PROBLEM | Your job with the data below is to output exactly the lines from the one holding "#268=CARTESIAN_POINT('',(2.778687,24.761127,4.996313));" down to the one holding "#274=CARTESIAN_POINT('',(3.647521,23.111301,5.359277));", both included, and no others.

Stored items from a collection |
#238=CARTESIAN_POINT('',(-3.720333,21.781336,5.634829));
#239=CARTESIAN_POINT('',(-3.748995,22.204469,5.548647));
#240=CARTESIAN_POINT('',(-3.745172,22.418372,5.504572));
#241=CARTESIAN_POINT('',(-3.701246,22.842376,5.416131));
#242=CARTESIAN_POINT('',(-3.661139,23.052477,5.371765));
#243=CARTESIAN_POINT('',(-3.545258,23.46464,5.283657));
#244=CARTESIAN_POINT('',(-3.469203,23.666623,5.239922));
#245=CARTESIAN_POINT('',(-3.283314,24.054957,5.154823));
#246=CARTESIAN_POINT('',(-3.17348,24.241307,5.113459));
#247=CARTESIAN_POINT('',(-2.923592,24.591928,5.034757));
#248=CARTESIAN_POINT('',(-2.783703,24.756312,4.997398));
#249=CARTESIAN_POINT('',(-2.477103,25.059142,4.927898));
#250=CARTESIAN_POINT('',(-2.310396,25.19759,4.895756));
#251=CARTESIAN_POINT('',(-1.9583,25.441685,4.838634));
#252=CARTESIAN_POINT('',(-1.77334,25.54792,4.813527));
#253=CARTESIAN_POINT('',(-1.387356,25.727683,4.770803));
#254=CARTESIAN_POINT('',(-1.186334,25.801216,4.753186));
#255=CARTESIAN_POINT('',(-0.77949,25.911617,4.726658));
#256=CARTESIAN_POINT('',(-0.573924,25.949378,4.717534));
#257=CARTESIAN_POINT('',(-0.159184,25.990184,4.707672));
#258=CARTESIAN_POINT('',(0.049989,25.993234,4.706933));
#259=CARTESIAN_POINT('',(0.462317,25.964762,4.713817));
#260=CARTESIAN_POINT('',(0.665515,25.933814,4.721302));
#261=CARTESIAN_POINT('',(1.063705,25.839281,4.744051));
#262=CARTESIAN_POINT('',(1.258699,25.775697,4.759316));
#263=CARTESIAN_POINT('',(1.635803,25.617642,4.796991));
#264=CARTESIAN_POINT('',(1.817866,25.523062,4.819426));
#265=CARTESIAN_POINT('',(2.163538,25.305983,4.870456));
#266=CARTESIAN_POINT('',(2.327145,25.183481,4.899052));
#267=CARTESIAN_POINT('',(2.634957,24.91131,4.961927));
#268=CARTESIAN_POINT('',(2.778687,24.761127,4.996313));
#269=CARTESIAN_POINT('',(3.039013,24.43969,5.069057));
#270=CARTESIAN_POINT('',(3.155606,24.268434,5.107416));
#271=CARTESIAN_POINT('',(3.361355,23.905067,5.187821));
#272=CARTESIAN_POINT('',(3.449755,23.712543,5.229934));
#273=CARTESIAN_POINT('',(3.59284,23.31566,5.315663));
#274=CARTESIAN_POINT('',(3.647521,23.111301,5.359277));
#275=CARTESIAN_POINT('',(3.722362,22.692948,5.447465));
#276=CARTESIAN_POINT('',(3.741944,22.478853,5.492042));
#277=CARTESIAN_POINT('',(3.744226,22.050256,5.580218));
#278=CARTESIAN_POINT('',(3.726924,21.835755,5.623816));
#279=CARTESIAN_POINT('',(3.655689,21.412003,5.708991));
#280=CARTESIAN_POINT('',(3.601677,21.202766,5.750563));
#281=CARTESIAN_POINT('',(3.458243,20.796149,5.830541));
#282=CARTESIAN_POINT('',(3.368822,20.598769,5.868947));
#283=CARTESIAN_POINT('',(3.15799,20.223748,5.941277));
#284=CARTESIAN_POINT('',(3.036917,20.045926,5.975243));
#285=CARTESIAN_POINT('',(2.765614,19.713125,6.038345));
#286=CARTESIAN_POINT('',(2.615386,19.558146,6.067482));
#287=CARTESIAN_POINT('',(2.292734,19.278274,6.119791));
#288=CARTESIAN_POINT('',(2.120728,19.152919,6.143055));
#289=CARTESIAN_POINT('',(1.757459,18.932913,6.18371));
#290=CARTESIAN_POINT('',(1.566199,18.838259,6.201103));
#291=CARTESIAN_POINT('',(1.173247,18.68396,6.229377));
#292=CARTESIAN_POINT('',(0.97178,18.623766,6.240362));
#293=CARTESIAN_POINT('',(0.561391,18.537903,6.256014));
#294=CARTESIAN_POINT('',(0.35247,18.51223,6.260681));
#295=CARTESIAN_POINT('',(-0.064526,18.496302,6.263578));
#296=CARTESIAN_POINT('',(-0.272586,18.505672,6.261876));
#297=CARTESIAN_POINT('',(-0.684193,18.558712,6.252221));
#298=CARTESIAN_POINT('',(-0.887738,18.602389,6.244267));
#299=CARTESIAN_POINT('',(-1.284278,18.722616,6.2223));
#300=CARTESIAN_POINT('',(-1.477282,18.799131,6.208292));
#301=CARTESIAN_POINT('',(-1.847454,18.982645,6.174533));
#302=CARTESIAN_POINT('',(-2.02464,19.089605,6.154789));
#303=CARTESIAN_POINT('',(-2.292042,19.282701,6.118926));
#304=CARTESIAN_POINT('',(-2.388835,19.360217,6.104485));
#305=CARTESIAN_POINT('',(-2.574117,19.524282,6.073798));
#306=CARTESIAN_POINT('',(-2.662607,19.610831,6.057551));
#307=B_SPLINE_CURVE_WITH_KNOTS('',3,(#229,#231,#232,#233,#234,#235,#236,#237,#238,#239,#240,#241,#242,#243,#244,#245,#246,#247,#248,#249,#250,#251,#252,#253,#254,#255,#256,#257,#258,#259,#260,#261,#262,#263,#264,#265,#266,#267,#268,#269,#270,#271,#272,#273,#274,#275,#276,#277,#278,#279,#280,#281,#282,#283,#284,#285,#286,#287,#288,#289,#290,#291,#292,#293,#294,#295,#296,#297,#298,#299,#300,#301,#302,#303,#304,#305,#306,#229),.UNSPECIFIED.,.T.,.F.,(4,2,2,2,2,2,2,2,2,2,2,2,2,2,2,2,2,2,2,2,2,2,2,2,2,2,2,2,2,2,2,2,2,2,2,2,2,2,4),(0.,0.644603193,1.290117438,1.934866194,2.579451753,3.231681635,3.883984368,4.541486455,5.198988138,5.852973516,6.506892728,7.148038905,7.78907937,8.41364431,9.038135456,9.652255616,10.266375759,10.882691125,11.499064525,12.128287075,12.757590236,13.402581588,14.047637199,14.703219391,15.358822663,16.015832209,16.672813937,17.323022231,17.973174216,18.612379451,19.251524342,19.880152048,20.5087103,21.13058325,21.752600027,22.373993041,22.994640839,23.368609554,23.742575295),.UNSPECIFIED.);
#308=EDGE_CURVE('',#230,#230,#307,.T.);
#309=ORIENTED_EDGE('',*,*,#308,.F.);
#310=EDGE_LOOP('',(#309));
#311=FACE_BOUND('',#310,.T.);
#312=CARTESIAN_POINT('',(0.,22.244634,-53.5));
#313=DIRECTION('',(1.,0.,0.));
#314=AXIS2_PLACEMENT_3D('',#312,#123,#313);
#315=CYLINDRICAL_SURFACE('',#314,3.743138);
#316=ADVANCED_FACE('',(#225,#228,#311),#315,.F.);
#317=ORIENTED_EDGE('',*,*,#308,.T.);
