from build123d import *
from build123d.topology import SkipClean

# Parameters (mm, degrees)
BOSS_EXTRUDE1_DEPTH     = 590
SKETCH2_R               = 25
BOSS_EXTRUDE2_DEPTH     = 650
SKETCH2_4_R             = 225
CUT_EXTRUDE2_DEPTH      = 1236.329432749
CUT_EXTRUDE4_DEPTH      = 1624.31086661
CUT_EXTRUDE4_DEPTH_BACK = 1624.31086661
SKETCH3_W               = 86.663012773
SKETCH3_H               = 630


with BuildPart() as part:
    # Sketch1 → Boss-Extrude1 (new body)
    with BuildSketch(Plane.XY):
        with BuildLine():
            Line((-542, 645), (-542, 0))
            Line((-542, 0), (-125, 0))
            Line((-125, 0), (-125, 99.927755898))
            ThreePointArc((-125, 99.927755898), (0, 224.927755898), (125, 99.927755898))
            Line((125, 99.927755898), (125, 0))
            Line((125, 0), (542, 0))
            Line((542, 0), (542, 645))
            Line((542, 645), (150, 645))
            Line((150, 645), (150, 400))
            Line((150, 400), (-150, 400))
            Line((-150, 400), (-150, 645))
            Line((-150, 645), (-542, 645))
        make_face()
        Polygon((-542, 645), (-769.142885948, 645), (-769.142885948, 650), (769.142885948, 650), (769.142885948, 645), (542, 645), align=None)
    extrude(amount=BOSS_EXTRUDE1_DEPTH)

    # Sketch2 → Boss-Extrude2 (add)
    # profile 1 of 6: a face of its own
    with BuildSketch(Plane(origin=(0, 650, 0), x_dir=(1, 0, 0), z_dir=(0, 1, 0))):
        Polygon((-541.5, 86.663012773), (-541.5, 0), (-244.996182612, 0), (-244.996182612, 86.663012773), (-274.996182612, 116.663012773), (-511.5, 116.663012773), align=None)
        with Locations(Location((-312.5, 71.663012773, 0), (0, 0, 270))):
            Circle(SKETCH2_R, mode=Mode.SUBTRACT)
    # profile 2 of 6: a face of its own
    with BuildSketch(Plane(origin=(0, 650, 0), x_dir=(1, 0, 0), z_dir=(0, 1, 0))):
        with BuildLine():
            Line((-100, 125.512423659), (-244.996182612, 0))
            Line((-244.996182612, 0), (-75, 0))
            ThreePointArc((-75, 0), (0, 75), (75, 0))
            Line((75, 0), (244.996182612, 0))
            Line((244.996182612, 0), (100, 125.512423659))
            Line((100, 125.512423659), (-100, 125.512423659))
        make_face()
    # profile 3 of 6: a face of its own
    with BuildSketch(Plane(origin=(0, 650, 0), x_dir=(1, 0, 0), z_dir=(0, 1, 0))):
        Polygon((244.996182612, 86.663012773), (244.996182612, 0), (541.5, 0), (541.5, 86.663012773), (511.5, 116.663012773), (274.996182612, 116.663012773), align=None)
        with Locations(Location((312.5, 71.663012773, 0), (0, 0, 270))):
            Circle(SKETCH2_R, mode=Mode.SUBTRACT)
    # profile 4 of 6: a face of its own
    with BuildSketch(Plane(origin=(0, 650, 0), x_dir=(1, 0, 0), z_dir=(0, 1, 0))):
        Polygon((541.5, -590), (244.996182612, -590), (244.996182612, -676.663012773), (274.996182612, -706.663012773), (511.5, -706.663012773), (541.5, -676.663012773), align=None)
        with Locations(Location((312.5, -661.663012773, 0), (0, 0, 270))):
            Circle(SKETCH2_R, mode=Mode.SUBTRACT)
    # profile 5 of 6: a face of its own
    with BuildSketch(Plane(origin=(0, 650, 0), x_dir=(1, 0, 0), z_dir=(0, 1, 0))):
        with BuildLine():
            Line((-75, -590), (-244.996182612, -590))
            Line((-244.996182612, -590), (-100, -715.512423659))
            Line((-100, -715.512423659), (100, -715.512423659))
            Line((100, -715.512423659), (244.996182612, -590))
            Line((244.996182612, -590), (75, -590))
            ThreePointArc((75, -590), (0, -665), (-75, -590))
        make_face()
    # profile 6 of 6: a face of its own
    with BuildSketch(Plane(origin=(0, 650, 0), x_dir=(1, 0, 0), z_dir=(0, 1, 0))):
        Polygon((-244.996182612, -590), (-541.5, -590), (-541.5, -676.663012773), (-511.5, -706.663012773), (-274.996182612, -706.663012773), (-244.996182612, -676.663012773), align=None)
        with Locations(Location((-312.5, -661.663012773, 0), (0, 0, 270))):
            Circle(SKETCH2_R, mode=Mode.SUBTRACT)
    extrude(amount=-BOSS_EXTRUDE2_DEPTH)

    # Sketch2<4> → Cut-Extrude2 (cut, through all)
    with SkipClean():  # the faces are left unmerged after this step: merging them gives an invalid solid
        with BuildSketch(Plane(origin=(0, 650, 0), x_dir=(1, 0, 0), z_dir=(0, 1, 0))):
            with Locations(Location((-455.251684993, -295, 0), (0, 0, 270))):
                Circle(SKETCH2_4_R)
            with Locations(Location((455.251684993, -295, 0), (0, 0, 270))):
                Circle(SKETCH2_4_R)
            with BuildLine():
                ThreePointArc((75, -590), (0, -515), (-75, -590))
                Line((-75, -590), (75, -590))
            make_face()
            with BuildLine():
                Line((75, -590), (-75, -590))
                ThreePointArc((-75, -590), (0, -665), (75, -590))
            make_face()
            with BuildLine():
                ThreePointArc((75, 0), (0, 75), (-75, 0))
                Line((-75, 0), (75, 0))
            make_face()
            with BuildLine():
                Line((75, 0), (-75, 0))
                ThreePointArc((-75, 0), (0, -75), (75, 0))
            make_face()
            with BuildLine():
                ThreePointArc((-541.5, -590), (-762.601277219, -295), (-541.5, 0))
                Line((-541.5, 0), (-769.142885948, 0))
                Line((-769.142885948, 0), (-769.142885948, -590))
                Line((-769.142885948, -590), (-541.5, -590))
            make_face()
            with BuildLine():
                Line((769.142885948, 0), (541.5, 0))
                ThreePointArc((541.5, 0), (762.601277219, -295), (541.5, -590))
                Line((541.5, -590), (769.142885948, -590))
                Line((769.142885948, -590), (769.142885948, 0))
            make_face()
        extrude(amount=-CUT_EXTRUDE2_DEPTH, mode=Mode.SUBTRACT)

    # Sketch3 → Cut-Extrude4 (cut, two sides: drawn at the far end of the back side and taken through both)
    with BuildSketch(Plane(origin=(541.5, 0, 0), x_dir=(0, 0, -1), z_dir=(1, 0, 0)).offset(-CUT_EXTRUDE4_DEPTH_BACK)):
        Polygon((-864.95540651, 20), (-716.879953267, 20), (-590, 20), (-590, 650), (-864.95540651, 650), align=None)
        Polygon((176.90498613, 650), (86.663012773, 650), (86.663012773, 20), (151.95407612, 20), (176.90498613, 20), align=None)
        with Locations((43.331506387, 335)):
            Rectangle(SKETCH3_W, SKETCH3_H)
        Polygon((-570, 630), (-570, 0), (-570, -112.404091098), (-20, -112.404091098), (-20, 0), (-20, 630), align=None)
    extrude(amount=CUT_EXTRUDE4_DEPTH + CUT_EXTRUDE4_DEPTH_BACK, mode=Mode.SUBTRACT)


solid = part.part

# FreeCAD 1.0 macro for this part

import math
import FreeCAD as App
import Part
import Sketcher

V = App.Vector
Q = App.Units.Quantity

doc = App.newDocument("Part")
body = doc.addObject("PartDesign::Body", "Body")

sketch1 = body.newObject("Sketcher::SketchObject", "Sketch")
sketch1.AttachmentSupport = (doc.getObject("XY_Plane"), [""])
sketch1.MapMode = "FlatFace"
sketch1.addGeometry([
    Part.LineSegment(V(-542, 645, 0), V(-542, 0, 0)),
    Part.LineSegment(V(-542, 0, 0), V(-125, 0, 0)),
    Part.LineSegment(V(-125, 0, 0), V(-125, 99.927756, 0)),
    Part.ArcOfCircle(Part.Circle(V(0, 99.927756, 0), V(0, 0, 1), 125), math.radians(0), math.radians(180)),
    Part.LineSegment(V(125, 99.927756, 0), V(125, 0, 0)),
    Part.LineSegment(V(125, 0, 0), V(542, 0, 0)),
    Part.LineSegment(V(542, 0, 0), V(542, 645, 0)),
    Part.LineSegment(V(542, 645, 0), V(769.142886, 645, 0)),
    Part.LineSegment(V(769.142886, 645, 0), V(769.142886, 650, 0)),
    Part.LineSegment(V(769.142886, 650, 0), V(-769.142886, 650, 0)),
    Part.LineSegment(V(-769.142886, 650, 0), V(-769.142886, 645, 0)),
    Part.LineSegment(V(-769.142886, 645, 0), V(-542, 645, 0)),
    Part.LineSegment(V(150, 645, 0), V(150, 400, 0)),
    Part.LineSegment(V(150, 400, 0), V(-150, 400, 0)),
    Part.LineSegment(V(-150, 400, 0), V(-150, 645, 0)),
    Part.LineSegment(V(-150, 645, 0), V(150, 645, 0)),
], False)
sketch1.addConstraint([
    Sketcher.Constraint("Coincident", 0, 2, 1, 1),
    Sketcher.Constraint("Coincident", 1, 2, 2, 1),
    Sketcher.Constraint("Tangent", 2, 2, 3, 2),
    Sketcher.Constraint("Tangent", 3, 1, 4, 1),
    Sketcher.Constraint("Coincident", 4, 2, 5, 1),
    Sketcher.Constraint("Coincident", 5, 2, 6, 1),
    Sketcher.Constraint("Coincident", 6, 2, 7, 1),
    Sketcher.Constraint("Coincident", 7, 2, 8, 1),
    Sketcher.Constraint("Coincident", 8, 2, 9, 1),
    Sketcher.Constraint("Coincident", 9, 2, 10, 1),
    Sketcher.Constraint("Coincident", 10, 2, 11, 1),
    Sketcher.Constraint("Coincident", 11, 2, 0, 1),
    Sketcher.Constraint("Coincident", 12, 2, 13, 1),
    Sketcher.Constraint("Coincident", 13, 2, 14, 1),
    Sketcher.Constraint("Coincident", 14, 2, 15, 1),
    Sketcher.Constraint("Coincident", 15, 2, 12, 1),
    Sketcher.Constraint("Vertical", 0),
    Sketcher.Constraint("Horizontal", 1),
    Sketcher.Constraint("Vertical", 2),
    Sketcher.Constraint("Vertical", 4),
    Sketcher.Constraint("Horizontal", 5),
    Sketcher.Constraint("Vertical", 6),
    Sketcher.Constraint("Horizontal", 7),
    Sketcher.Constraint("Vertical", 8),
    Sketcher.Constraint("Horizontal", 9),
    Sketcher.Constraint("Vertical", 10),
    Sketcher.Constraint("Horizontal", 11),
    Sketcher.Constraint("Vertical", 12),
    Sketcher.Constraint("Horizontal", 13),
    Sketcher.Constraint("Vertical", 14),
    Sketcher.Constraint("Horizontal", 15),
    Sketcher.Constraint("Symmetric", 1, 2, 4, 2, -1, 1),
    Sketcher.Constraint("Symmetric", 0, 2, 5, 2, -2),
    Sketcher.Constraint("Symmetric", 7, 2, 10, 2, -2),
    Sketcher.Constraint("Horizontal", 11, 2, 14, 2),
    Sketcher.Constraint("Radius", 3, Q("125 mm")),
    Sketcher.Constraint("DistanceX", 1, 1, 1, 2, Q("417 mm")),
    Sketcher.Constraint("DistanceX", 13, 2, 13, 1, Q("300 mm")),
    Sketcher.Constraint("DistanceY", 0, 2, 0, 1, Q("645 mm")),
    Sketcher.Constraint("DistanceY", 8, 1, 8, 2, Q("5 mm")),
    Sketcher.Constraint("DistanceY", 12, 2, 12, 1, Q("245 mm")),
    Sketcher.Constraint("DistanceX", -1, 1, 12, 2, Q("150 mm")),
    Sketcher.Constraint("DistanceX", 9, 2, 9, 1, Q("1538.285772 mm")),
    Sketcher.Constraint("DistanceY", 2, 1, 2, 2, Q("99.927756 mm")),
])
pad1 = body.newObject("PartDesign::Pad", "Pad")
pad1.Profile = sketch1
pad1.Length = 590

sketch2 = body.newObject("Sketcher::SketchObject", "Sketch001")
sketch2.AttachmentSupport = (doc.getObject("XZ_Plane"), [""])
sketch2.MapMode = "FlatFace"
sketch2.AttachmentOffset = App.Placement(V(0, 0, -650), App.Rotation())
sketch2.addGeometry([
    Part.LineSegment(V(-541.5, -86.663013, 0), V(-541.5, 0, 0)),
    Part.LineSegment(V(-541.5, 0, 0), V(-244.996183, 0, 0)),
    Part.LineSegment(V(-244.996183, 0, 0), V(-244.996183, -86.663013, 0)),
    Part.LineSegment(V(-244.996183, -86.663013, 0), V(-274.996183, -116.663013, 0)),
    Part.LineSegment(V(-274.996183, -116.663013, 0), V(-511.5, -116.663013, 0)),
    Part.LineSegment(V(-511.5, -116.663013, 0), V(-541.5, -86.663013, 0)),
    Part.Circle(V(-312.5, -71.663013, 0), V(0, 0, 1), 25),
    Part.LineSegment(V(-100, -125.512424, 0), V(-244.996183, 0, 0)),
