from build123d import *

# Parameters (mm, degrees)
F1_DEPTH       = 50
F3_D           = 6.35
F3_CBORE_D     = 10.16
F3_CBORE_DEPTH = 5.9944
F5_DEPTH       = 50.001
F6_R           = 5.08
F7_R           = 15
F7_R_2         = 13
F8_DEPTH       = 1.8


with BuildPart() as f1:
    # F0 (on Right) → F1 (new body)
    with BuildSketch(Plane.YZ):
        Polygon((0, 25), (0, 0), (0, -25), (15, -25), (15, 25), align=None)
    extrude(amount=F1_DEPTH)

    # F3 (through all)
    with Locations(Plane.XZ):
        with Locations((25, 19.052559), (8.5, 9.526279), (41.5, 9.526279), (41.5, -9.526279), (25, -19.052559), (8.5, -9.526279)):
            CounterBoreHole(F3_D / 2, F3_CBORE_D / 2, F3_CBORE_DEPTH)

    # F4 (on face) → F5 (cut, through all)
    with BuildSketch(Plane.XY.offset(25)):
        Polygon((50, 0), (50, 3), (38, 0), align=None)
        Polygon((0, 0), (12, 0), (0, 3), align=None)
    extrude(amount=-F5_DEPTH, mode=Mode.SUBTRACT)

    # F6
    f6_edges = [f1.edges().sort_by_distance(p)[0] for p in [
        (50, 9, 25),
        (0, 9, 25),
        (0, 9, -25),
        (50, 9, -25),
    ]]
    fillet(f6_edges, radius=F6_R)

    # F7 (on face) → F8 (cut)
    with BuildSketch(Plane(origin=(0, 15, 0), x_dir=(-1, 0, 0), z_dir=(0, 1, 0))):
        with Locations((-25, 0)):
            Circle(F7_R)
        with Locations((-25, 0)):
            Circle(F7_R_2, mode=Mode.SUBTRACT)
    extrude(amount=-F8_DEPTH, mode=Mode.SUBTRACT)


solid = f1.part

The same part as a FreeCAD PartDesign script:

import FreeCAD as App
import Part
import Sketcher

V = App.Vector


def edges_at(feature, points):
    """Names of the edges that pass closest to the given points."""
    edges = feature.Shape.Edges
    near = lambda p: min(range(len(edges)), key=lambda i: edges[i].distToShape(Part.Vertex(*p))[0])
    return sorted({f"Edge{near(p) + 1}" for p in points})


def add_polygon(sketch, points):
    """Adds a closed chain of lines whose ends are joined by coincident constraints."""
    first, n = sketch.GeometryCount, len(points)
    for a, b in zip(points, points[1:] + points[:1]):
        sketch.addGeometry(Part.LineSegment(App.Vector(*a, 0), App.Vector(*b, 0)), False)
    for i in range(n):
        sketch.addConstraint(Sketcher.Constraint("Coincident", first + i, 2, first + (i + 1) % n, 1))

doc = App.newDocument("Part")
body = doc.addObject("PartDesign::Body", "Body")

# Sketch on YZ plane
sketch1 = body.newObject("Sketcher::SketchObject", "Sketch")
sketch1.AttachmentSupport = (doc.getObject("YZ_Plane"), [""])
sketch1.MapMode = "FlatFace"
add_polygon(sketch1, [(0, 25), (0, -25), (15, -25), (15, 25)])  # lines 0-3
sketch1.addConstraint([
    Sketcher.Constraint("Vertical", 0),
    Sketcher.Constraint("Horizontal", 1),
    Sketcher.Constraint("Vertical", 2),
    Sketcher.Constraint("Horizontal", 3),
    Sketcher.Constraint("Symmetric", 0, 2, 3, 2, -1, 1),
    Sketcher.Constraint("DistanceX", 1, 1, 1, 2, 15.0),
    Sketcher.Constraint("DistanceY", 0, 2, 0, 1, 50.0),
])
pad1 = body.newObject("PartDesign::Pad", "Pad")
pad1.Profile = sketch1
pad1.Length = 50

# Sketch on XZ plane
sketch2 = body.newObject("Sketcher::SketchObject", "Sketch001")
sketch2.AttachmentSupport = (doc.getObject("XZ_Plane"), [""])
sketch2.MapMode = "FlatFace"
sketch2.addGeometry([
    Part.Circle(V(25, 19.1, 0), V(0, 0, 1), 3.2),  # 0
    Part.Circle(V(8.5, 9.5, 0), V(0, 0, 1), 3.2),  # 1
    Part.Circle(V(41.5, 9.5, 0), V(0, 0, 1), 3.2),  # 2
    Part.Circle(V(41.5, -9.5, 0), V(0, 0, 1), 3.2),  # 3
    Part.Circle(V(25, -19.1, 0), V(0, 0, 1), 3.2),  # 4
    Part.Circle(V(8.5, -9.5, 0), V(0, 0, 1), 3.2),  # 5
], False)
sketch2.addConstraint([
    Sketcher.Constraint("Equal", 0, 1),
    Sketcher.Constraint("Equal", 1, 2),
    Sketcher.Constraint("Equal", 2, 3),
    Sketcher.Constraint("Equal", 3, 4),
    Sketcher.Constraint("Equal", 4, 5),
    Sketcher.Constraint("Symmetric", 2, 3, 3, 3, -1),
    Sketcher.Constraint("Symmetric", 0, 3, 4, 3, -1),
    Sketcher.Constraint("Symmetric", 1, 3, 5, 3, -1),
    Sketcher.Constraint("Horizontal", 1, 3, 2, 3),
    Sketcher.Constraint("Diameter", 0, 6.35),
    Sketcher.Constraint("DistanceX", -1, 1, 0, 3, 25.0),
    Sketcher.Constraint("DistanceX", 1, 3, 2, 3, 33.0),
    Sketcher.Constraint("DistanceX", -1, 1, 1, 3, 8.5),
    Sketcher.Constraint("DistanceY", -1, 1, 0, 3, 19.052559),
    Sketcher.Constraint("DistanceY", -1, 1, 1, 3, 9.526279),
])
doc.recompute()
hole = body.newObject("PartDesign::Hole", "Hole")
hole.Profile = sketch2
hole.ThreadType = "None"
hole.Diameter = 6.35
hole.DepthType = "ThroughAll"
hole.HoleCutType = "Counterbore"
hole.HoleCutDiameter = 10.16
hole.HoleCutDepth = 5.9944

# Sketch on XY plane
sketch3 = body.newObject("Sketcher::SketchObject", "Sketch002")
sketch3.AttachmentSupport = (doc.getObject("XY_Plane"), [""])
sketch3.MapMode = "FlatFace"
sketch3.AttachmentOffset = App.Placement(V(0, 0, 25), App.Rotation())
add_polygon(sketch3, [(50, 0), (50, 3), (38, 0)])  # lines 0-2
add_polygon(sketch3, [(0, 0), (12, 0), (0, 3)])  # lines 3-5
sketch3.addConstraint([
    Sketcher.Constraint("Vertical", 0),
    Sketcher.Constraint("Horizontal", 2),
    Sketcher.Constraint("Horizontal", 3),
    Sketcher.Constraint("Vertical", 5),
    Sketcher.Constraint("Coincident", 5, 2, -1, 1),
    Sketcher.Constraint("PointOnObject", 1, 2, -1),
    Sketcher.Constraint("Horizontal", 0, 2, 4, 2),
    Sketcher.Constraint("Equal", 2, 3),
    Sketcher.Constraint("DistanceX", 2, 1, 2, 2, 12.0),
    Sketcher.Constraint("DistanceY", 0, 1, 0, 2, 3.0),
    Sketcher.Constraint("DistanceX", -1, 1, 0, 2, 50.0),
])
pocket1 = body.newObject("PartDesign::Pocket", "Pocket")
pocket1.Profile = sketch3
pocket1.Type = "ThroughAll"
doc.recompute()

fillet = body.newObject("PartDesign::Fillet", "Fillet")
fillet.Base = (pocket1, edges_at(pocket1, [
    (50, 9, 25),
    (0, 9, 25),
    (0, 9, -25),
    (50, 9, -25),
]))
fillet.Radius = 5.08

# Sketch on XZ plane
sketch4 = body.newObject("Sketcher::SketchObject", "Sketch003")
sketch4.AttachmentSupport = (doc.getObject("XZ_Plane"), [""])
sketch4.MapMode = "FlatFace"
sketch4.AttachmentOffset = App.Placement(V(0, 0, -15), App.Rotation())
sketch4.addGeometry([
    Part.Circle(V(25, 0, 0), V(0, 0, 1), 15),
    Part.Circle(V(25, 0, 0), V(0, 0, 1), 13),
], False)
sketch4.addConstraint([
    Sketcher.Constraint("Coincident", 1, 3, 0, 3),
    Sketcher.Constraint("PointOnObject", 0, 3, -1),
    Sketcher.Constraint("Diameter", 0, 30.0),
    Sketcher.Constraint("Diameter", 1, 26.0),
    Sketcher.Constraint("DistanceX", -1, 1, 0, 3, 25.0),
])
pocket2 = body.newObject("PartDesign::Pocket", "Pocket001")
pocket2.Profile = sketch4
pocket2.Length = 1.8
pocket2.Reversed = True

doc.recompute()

SOLVED PROBLEM |
#268=CARTESIAN_POINT('',(2.778687,24.761127,4.996313));
#269=CARTESIAN_POINT('',(3.039013,24.43969,5.069057));
#270=CARTESIAN_POINT('',(3.155606,24.268434,5.107416));
#271=CARTESIAN_POINT('',(3.361355,23.905067,5.187821));
#272=CARTESIAN_POINT('',(3.449755,23.712543,5.229934));
#273=CARTESIAN_POINT('',(3.59284,23.31566,5.315663));
#274=CARTESIAN_POINT('',(3.647521,23.111301,5.359277));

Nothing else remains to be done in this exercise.